Data records →
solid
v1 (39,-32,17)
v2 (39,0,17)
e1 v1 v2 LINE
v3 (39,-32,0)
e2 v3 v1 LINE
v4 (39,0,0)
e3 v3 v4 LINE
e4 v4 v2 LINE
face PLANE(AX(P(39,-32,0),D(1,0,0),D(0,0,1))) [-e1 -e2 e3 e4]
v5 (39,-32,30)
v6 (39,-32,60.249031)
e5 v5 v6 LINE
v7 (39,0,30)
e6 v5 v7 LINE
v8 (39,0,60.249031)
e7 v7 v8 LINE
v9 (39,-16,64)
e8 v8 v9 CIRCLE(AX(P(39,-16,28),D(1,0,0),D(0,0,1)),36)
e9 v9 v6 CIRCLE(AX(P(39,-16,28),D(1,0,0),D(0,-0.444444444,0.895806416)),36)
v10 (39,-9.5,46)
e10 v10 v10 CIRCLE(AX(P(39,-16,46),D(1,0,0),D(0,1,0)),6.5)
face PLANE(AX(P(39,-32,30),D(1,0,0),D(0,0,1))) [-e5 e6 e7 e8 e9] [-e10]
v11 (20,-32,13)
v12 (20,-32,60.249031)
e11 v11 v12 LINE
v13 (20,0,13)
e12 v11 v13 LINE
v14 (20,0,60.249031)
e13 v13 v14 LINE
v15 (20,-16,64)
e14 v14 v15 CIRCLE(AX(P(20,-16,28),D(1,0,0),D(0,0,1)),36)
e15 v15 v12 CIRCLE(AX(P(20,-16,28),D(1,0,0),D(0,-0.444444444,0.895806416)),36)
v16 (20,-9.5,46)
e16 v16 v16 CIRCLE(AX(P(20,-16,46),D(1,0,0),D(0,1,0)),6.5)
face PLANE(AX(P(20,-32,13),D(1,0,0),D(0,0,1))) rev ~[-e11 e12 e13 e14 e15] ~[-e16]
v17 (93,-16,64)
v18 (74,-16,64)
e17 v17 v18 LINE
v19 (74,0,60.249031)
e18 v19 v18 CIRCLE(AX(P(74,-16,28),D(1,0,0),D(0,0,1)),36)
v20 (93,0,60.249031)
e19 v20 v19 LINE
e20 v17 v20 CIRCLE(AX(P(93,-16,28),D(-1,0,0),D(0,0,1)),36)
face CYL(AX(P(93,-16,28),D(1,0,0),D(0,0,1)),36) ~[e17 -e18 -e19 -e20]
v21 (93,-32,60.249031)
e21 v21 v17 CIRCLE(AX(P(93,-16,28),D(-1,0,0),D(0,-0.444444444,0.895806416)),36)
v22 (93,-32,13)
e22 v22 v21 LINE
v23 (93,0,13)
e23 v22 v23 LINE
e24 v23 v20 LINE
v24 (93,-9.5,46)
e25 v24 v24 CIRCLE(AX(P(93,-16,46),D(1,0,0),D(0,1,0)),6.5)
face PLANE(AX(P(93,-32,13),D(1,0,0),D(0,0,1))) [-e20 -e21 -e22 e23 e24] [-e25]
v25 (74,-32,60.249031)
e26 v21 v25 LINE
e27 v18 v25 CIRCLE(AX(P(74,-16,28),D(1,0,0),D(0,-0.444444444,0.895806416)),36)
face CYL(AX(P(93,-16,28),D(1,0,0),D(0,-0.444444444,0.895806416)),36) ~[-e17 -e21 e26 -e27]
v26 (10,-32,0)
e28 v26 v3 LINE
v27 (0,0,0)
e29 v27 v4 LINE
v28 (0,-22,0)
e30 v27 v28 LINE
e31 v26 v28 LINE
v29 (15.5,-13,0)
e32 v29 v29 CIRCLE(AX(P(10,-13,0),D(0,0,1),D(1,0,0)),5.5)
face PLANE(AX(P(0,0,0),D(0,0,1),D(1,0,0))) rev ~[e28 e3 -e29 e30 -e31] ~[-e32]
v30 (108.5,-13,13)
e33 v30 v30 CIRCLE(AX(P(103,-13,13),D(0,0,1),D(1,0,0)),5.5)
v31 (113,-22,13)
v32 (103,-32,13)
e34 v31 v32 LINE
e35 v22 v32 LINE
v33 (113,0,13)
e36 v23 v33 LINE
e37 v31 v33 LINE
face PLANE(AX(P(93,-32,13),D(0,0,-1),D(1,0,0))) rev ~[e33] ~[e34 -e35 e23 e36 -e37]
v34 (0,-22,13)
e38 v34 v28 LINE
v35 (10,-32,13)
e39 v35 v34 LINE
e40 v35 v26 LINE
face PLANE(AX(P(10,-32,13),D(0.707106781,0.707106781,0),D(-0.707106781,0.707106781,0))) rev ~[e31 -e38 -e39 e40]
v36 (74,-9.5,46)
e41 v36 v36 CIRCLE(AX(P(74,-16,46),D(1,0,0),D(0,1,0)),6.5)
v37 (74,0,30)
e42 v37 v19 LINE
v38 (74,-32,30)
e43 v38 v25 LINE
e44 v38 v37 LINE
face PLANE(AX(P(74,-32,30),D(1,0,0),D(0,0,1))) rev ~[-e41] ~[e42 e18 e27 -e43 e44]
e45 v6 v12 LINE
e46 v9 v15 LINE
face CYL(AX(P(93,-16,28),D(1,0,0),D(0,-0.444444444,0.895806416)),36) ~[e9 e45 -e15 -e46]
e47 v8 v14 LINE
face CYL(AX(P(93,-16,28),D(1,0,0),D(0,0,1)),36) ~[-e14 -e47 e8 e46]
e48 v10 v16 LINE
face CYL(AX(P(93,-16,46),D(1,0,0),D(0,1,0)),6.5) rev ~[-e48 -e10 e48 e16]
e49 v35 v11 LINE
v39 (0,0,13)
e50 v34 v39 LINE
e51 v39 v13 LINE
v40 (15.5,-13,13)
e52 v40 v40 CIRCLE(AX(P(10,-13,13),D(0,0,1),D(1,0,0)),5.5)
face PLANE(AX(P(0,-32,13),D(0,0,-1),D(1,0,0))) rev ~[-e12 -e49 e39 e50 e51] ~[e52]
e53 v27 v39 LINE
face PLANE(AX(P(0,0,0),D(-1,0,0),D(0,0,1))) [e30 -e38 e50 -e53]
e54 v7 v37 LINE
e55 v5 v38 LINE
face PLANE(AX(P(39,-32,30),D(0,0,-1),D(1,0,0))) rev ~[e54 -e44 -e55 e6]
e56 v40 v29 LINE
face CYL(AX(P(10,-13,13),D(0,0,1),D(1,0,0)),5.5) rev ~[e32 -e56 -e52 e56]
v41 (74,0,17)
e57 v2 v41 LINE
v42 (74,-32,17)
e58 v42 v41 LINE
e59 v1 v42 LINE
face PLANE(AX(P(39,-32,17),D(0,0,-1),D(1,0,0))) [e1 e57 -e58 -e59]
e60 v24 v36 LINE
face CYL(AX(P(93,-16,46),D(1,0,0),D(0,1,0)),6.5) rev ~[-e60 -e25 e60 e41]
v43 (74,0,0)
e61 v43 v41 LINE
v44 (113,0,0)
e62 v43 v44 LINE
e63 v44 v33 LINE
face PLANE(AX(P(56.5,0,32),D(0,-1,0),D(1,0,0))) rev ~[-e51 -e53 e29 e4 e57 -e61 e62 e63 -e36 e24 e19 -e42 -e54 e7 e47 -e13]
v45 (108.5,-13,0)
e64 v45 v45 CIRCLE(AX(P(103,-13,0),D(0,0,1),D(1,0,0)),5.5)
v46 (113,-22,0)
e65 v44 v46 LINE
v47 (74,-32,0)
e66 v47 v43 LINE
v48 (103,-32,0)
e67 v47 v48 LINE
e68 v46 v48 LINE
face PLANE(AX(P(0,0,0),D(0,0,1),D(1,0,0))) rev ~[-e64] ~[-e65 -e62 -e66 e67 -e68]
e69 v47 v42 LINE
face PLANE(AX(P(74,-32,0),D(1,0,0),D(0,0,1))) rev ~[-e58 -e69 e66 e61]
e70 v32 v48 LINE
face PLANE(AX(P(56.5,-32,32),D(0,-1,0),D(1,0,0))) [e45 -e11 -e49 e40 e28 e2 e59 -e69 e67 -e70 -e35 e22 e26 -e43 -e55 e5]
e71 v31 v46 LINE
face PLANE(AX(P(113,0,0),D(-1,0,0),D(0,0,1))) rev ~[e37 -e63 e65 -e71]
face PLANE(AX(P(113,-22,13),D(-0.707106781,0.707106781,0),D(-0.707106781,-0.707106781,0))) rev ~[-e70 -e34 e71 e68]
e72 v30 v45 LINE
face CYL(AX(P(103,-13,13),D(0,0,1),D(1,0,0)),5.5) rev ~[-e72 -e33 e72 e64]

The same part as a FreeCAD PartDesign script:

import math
import FreeCAD as App
import Part
import Sketcher

V = App.Vector
Q = App.Units.Quantity

doc = App.newDocument("Part")
params = doc.addObject("Spreadsheet::Sheet", "Params")
for row, (alias, value) in enumerate([
    ("sketch1_width", "113 mm"),
    ("sketch1_height", "64 mm"),
    ("pad1_length", "32 mm"),
    ("sketch2_width", "20 mm"),
    ("sketch2_width2", "35 mm"),
    ("sketch2_height", "51 mm"),
    ("sketch2_height2", "34 mm"),
    ("sketch2_height3", "17 mm"),
    ("sketch3_width", "10 mm"),
    ("pocket2_length", "25 mm"),
    ("sketch4_radius", "36 mm"),
    ("sketch4_width", "16 mm"),
    ("sketch5_diameter", "13 mm"),
    ("sketch6_diameter", "11 mm"),
], start=1):
    params.set(f"A{row}", alias)
    params.set(f"B{row}", "=" + value)
    params.setAlias(f"B{row}", alias)

body = doc.addObject("PartDesign::Body", "Body")

sketch1 = body.newObject("Sketcher::SketchObject", "Sketch")
sketch1.AttachmentSupport = (doc.getObject("XZ_Plane"), [""])
sketch1.MapMode = "FlatFace"
sketch1.addGeometry(Part.LineSegment(V(0, 64, 0), V(0, 0, 0)), False)
sketch1.addGeometry(Part.LineSegment(V(0, 0, 0), V(113, 0, 0)), False)
sketch1.addGeometry(Part.LineSegment(V(113, 0, 0), V(113, 64, 0)), False)
sketch1.addGeometry(Part.LineSegment(V(113, 64, 0), V(0, 64, 0)), False)
sketch1.addConstraint(Sketcher.Constraint("Coincident", 0, 2, 1, 1))
sketch1.addConstraint(Sketcher.Constraint("Coincident", 1, 2, 2, 1))
sketch1.addConstraint(Sketcher.Constraint("Coincident", 2, 2, 3, 1))
sketch1.addConstraint(Sketcher.Constraint("Coincident", 3, 2, 0, 1))
sketch1.addConstraint(Sketcher.Constraint("Vertical", 0))
sketch1.addConstraint(Sketcher.Constraint("Horizontal", 1))
sketch1.addConstraint(Sketcher.Constraint("Vertical", 2))
sketch1.addConstraint(Sketcher.Constraint("Horizontal", 3))
sketch1.addConstraint(Sketcher.Constraint("Coincident", 0, 2, -1, 1))
sketch1.addConstraint(Sketcher.Constraint("DistanceX", 1, 1, 1, 2, Q("113 mm")))
sketch1.addConstraint(Sketcher.Constraint("DistanceY", 0, 2, 0, 1, Q("64 mm")))
sketch1.setExpression("Constraints[9]", "Params.sketch1_width")
sketch1.setExpression("Constraints[10]", "Params.sketch1_height")
pad1 = body.newObject("PartDesign::Pad", "Pad")
pad1.Profile = sketch1
pad1.setExpression("Length", "Params.pad1_length")
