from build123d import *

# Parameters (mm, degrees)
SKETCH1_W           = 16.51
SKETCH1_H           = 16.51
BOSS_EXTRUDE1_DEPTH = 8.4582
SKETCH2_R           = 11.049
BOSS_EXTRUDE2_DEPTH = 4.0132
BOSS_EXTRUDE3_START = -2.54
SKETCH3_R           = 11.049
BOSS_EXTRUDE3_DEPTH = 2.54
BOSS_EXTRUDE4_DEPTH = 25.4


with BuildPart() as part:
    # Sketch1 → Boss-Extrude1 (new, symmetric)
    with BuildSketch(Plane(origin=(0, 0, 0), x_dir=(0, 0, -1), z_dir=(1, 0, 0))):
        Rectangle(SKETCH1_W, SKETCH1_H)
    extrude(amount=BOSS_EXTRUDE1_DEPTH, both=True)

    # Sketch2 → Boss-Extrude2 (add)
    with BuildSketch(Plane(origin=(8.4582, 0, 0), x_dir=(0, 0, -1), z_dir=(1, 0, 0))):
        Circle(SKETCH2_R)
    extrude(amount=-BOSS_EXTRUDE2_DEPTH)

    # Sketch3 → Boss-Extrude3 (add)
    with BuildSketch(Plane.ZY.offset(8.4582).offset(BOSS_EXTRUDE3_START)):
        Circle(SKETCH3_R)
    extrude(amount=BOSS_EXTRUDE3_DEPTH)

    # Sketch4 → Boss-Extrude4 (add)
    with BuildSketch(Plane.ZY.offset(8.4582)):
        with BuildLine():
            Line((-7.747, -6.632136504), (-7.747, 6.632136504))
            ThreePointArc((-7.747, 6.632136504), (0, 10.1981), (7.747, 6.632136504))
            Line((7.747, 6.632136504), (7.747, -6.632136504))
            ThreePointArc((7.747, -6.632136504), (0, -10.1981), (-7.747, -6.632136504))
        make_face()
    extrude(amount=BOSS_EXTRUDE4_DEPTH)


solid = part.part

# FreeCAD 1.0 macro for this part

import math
import FreeCAD as App
import Part
import Sketcher
Q = App.Units.Quantity

doc = App.newDocument("Part")
body = doc.addObject("PartDesign::Body", "Body")

# Sketch on YZ plane
sketch1 = body.newObject("Sketcher::SketchObject", "Sketch")
sketch1.AttachmentSupport = (doc.getObject("YZ_Plane"), [""])
sketch1.MapMode = "FlatFace"
sketch1.addGeometry([
    Part.LineSegment(App.Vector(8, 8, 0), App.Vector(-8, 8, 0)),
    Part.LineSegment(App.Vector(-8, 8, 0), App.Vector(-8, -8, 0)),
    Part.LineSegment(App.Vector(-8, -8, 0), App.Vector(8, -8, 0)),
    Part.LineSegment(App.Vector(8, -8, 0), App.Vector(8, 8, 0)),
], False)
sketch1.addConstraint([
    Sketcher.Constraint("Coincident", 0, 2, 1, 1),
    Sketcher.Constraint("Coincident", 1, 2, 2, 1),
    Sketcher.Constraint("Coincident", 2, 2, 3, 1),
    Sketcher.Constraint("Coincident", 3, 2, 0, 1),
    Sketcher.Constraint("Horizontal", 0),
    Sketcher.Constraint("Vertical", 1),
    Sketcher.Constraint("Horizontal", 2),
    Sketcher.Constraint("Vertical", 3),
    Sketcher.Constraint("Symmetric", 0, 2, 2, 2, -1, 1),
    Sketcher.Constraint("Equal", 2, 1),
    Sketcher.Constraint("DistanceX", 0, 2, 0, 1, Q("0.65 in")),
])
pad1 = body.newObject("PartDesign::Pad", "Pad")
pad1.Profile = sketch1
pad1.Length = Q("0.666 in")
pad1.Midplane = True

# Sketch on YZ plane
sketch2 = body.newObject("Sketcher::SketchObject", "Sketch001")
sketch2.AttachmentSupport = (doc.getObject("YZ_Plane"), [""])
sketch2.MapMode = "FlatFace"
sketch2.AttachmentOffset = App.Placement(App.Vector(0, 0, 0.333 * 25.4), App.Rotation())
sketch2.addGeometry(Part.Circle(App.Vector(0, 0, 0), App.Vector(0, 0, 1), 11), False)
sketch2.addConstraint([
    Sketcher.Constraint("Coincident", 0, 3, -1, 1),
    Sketcher.Constraint("Diameter", 0, Q("0.87 in")),
])
pad2 = body.newObject("PartDesign::Pad", "Pad001")
pad2.Profile = sketch2
pad2.Length = Q("0.158 in")
pad2.Reversed = True

# Sketch on YZ plane
sketch3 = body.newObject("Sketcher::SketchObject", "Sketch002")
sketch3.AttachmentSupport = (doc.getObject("YZ_Plane"), [""])
sketch3.MapMode = "FlatFace"
sketch3.AttachmentOffset = App.Placement(App.Vector(0, 0, -0.233 * 25.4), App.Rotation())
sketch3.addGeometry(Part.Circle(App.Vector(0, 0, 0), App.Vector(0, 0, 1), 11), False)
sketch3.addConstraint([
    Sketcher.Constraint("Coincident", 0, 3, -1, 1),
    Sketcher.Constraint("Diameter", 0, Q("0.87 in")),
])
pad3 = body.newObject("PartDesign::Pad", "Pad002")
pad3.Profile = sketch3
pad3.Length = Q("0.1 in")
pad3.Reversed = True

# Sketch on YZ plane
sketch4 = body.newObject("Sketcher::SketchObject", "Sketch003")
sketch4.AttachmentSupport = (doc.getObject("YZ_Plane"), [""])
sketch4.MapMode = "FlatFace"
sketch4.AttachmentOffset = App.Placement(App.Vector(0, 0, -0.333 * 25.4), App.Rotation())
sketch4.addGeometry([
    Part.LineSegment(App.Vector(7, -8, 0), App.Vector(-7, -8, 0)),
    Part.ArcOfCircle(Part.Circle(App.Vector(0, 0, 0), App.Vector(0, 0, 1), 10), math.radians(131), math.radians(229)),
    Part.LineSegment(App.Vector(-7, 8, 0), App.Vector(7, 8, 0)),
    Part.ArcOfCircle(Part.Circle(App.Vector(0, 0, 0), App.Vector(0, 0, 1), 10), math.radians(-49), math.radians(49)),
], False)
sketch4.addConstraint([
    Sketcher.Constraint("Coincident", 0, 2, 1, 2),
    Sketcher.Constraint("Coincident", 1, 1, 2, 1),
    Sketcher.Constraint("Coincident", 2, 2, 3, 2),
    Sketcher.Constraint("Coincident", 3, 1, 0, 1),
    Sketcher.Constraint("Horizontal", 0),
    Sketcher.Constraint("Horizontal", 2),
    Sketcher.Constraint("Coincident", 1, 3, -1, 1),
    Sketcher.Constraint("Coincident", 3, 3, -1, 1),
    Sketcher.Constraint("Equal", 1, 3),
    Sketcher.Constraint("Vertical", 0, 2, 1, 1),
    Sketcher.Constraint("Radius", 1, Q("0.4015 in")),
    Sketcher.Constraint("DistanceY", 0, 2, 1, 1, Q("0.61 in")),
])
pad4 = body.newObject("PartDesign::Pad", "Pad003")
pad4.Profile = sketch4
pad4.Length = Q("1 in")
pad4.Reversed = True

doc.recompute()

Exercise requirements → Copy down every line of the entries containing the word "with".

Finished exercise →
with BuildPart() as part:
    with BuildSketch(Plane(origin=(0, 0, 0), x_dir=(0, 0, -1), z_dir=(1, 0, 0))):
    with BuildSketch(Plane(origin=(8.4582, 0, 0), x_dir=(0, 0, -1), z_dir=(1, 0, 0))):
    with BuildSketch(Plane.ZY.offset(8.4582).offset(BOSS_EXTRUDE3_START)):
    with BuildSketch(Plane.ZY.offset(8.4582)):
        with BuildLine():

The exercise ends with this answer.